> [WHAT TO WORK ON] Where does the string "SUBTRACT" appear? Copy every line of the entries below that holds it.

━━━ RECORD EXCERPTS ━━━

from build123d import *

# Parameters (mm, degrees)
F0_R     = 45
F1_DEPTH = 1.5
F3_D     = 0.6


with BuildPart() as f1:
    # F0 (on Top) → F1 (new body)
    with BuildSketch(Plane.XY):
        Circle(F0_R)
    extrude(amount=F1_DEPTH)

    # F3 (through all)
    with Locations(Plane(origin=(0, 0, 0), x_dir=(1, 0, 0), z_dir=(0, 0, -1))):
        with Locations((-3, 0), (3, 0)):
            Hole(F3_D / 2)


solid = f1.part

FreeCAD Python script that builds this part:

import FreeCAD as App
import Part
import Sketcher

V = App.Vector

doc = App.newDocument("Part")
body = doc.addObject("PartDesign::Body", "Body")

sketch1 = doc.addObject("Sketcher::SketchObject", "Sketch")
body.addObject(sketch1)
sketch1.AttachmentSupport = (doc.XY_Plane, [""])
sketch1.MapMode = "FlatFace"
sketch1.addGeometry(Part.Circle(V(0, 0, 0), V(0, 0, 1), 45), False)
sketch1.addConstraint([
    Sketcher.Constraint("Coincident", 0, 3, -1, 1),
    Sketcher.Constraint("Diameter", 0, 90.0),
])
pad1 = doc.addObject("PartDesign::Pad", "Pad")
body.addObject(pad1)
pad1.Profile = sketch1
pad1.Length = 1.5

sketch2 = doc.addObject("Sketcher::SketchObject", "Sketch001")
body.addObject(sketch2)
sketch2.AttachmentSupport = (doc.XY_Plane, [""])
sketch2.MapMode = "FlatFace"
sketch2.addGeometry([
    Part.Circle(V(-3, 0, 0), V(0, 0, 1), 0.3),
    Part.Circle(V(3, 0, 0), V(0, 0, 1), 0.3),
], False)
sketch2.addConstraint([
    Sketcher.Constraint("Equal", 0, 1),
    Sketcher.Constraint("Symmetric", 0, 3, 1, 3, -1, 1),
    Sketcher.Constraint("PointOnObject", 0, 3, -1),
    Sketcher.Constraint("Diameter", 0, 0.6),
    Sketcher.Constraint("DistanceX", 0, 3, -1, 1, 3.0),
])
doc.recompute()
hole = doc.addObject("PartDesign::Hole", "Hole")
body.addObject(hole)
hole.Profile = sketch2
hole.ThreadType = "None"
hole.Diameter = 0.6
hole.DepthType = "ThroughAll"
hole.Reversed = True

doc.recompute()
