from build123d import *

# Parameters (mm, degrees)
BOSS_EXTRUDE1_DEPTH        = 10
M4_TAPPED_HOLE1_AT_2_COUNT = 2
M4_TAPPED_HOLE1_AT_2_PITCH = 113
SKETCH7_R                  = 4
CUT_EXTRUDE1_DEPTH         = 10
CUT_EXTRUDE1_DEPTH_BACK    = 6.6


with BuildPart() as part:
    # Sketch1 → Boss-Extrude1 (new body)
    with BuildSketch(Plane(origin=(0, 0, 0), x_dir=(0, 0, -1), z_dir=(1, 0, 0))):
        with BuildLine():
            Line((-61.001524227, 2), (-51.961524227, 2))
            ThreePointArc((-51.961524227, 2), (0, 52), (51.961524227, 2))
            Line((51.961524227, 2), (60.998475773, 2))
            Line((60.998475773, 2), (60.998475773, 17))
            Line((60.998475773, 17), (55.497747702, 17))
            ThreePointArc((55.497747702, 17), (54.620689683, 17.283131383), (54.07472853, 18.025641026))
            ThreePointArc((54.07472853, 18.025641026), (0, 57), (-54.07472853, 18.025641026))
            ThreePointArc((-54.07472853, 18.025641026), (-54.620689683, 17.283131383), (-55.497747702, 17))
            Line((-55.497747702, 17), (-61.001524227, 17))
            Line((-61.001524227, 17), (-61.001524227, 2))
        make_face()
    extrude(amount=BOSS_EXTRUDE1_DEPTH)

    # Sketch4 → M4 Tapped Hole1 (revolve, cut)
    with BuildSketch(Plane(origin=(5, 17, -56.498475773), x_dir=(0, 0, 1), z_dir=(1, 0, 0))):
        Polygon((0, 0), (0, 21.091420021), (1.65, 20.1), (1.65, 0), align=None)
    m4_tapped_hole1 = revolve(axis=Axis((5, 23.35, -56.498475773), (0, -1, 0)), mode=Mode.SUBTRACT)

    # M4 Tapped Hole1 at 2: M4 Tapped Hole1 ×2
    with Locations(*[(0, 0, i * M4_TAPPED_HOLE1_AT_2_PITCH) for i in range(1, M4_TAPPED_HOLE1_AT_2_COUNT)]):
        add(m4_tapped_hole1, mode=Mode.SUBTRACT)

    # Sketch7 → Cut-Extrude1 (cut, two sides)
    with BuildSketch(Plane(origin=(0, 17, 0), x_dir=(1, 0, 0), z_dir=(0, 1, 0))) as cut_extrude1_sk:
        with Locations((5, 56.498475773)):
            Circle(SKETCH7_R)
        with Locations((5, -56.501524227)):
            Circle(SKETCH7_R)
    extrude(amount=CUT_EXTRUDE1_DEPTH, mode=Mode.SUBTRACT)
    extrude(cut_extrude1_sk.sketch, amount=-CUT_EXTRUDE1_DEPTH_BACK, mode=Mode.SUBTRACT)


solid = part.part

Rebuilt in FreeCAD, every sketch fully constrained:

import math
import FreeCAD as App
import Part
import Sketcher
Q = App.Units.Quantity

doc = App.newDocument("Part")
body = doc.addObject("PartDesign::Body", "Body")

sketch1 = body.newObject("Sketcher::SketchObject", "Sketch")
sketch1.AttachmentSupport = (doc.getObject("YZ_Plane"), [""])
sketch1.MapMode = "FlatFace"
sketch1.addGeometry([
    Part.LineSegment(App.Vector(2, 61, 0), App.Vector(2, 52, 0)),
    Part.ArcOfCircle(Part.Circle(App.Vector(0, 0, 0), App.Vector(0, 0, 1), 52), math.radians(-88), math.radians(88)),
    Part.LineSegment(App.Vector(2, -52, 0), App.Vector(2, -61, 0)),
    Part.LineSegment(App.Vector(2, -61, 0), App.Vector(17, -61, 0)),
    Part.LineSegment(App.Vector(17, -61, 0), App.Vector(17, -55.5, 0)),
    Part.ArcOfCircle(Part.Circle(App.Vector(18.5, -55.5, 0), App.Vector(0, 0, 1), 1.5), math.radians(108), math.radians(180)),
    Part.ArcOfCircle(Part.Circle(App.Vector(0, 0, 0), App.Vector(0, 0, 1), 57), math.radians(-72), math.radians(72)),
    Part.ArcOfCircle(Part.Circle(App.Vector(18.5, 55.5, 0), App.Vector(0, 0, 1), 1.5), math.radians(180), math.radians(252)),
    Part.LineSegment(App.Vector(17, 55.5, 0), App.Vector(17, 61, 0)),
    Part.LineSegment(App.Vector(17, 61, 0), App.Vector(2, 61, 0)),
], False)
sketch1.addConstraint([
    Sketcher.Constraint("Coincident", 0, 2, 1, 2),
    Sketcher.Constraint("Coincident", 1, 1, 2, 1),
    Sketcher.Constraint("Coincident", 2, 2, 3, 1),
    Sketcher.Constraint("Coincident", 3, 2, 4, 1),
    Sketcher.Constraint("Tangent", 4, 2, 5, 2),
    Sketcher.Constraint("Tangent", 5, 1, 6, 1),
    Sketcher.Constraint("Tangent", 6, 2, 7, 2),
    Sketcher.Constraint("Tangent", 7, 1, 8, 1),
    Sketcher.Constraint("Coincident", 8, 2, 9, 1),
    Sketcher.Constraint("Coincident", 9, 2, 0, 1),
    Sketcher.Constraint("Vertical", 0),
    Sketcher.Constraint("Vertical", 2),
    Sketcher.Constraint("Horizontal", 3),
    Sketcher.Constraint("Vertical", 4),
    Sketcher.Constraint("Vertical", 8),
    Sketcher.Constraint("Horizontal", 9),
    Sketcher.Constraint("Coincident", 1, 3, -1, 1),
    Sketcher.Constraint("Coincident", 6, 3, -1, 1),
    Sketcher.Constraint("Equal", 5, 7),
    Sketcher.Constraint("Vertical", 5, 3, 7, 3),
    Sketcher.Constraint("Vertical", 0, 2, 1, 1),
    Sketcher.Constraint("Radius", 1, Q("52 mm")),
    Sketcher.Constraint("Radius", 6, Q("57 mm")),
    Sketcher.Constraint("Radius", 5, Q("1.5 mm")),
    Sketcher.Constraint("DistanceX", 3, 1, 3, 2, Q("15 mm")),
    Sketcher.Constraint("DistanceX", -1, 1, 0, 2, Q("2 mm")),
    Sketcher.Constraint("DistanceY", 0, 2, 0, 1, Q("9.04 mm")),
    Sketcher.Constraint("DistanceY", 2, 2, 0, 2, Q("112.96 mm")),
])
pad1 = body.newObject("PartDesign::Pad", "Pad")
pad1.Profile = sketch1
pad1.Length = 10

sketch2 = body.newObject("Sketcher::SketchObject", "Sketch001")
sketch2.AttachmentSupport = (doc.getObject("YZ_Plane"), [""])
sketch2.MapMode = "FlatFace"
sketch2.AttachmentOffset = App.Placement(App.Vector(0, 0, 5), App.Rotation())
sketch2.addGeometry([
    Part.LineSegment(App.Vector(-4.1, -56.5, 0), App.Vector(17, -56.5, 0)),
    Part.LineSegment(App.Vector(17, -56.5, 0), App.Vector(17, -54.8, 0)),
    Part.LineSegment(App.Vector(17, -54.8, 0), App.Vector(-3.1, -54.8, 0)),
    Part.LineSegment(App.Vector(-3.1, -54.8, 0), App.Vector(-4.1, -56.5, 0)),
], False)
sketch2.addGeometry(Part.LineSegment(App.Vector(17, -56.5, 0), App.Vector(-4.1, -56.5, 0)), True)
sketch2.addConstraint([
    Sketcher.Constraint("Coincident", 0, 2, 1, 1),
    Sketcher.Constraint("Coincident", 1, 2, 2, 1),
    Sketcher.Constraint("Coincident", 2, 2, 3, 1),
    Sketcher.Constraint("Coincident", 3, 2, 0, 1),
    Sketcher.Constraint("Horizontal", 0),
    Sketcher.Constraint("Vertical", 1),
    Sketcher.Constraint("Horizontal", 2),
    Sketcher.Constraint("Horizontal", 4),
    Sketcher.Constraint("Coincident", 4, 1, 0, 2),
    Sketcher.Constraint("Equal", 0, 4),
    Sketcher.Constraint("Angle", 3, Q("-121 deg")),
    Sketcher.Constraint("DistanceX", 2, 2, 2, 1, Q("20.1 mm")),
    Sketcher.Constraint("DistanceX", -1, 1, 0, 2, Q("17 mm")),
    Sketcher.Constraint("DistanceY", 1, 1, 1, 2, Q("1.65 mm")),
    Sketcher.Constraint("DistanceY", 0, 2, -1, 1, Q("56.498476 mm")),
])
groove = body.newObject("PartDesign::Groove", "Groove")
groove.Profile = sketch2
groove.ReferenceAxis = (sketch2, ["Axis0"])
groove.Angle = 360
doc.recompute()

linearpattern = body.newObject("PartDesign::LinearPattern", "LinearPattern")
linearpattern.Originals = [groove]
linearpattern.Direction = (doc.getObject("Z_Axis"), [""])
linearpattern.Mode = "offset"
linearpattern.Offset = 113
linearpattern.Occurrences = 2
body.Tip = linearpattern

sketch3 = body.newObject("Sketcher::SketchObject", "Sketch002")
sketch3.AttachmentSupport = (doc.getObject("XZ_Plane"), [""])
sketch3.MapMode = "FlatFace"
sketch3.AttachmentOffset = App.Placement(App.Vector(0, 0, -17), App.Rotation())
sketch3.addGeometry([
    Part.Circle(App.Vector(5, -56.5, 0), App.Vector(0, 0, 1), 4),
    Part.Circle(App.Vector(5, 56.5, 0), App.Vector(0, 0, 1), 4),
], False)
sketch3.addConstraint([
    Sketcher.Constraint("Equal", 0, 1),
    Sketcher.Constraint("Vertical", 0, 3, 1, 3),
    Sketcher.Constraint("Diameter", 0, Q("8 mm")),
    Sketcher.Constraint("DistanceX", -1, 1, 0, 3, Q("5 mm")),
    Sketcher.Constraint("DistanceY", 0, 3, 1, 3, Q("113 mm")),
    Sketcher.Constraint("DistanceY", 0, 3, -1, 1, Q("56.498476 mm")),
])
pocket1 = body.newObject("PartDesign::Pocket", "Pocket")
pocket1.Profile = sketch3
pocket1.Type = "TwoLengths"
pocket1.Length = 10
pocket1.Length2 = 6.6

doc.recompute()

━━━

> [TASK RESULT]
    m4_tapped_hole1 = revolve(axis=Axis((5, 23.35, -56.498475773), (0, -1, 0)), mode=Mode.SUBTRACT)
        add(m4_tapped_hole1, mode=Mode.SUBTRACT)
    extrude(amount=CUT_EXTRUDE1_DEPTH, mode=Mode.SUBTRACT)
    extrude(cut_extrude1_sk.sketch, amount=-CUT_EXTRUDE1_DEPTH_BACK, mode=Mode.SUBTRACT)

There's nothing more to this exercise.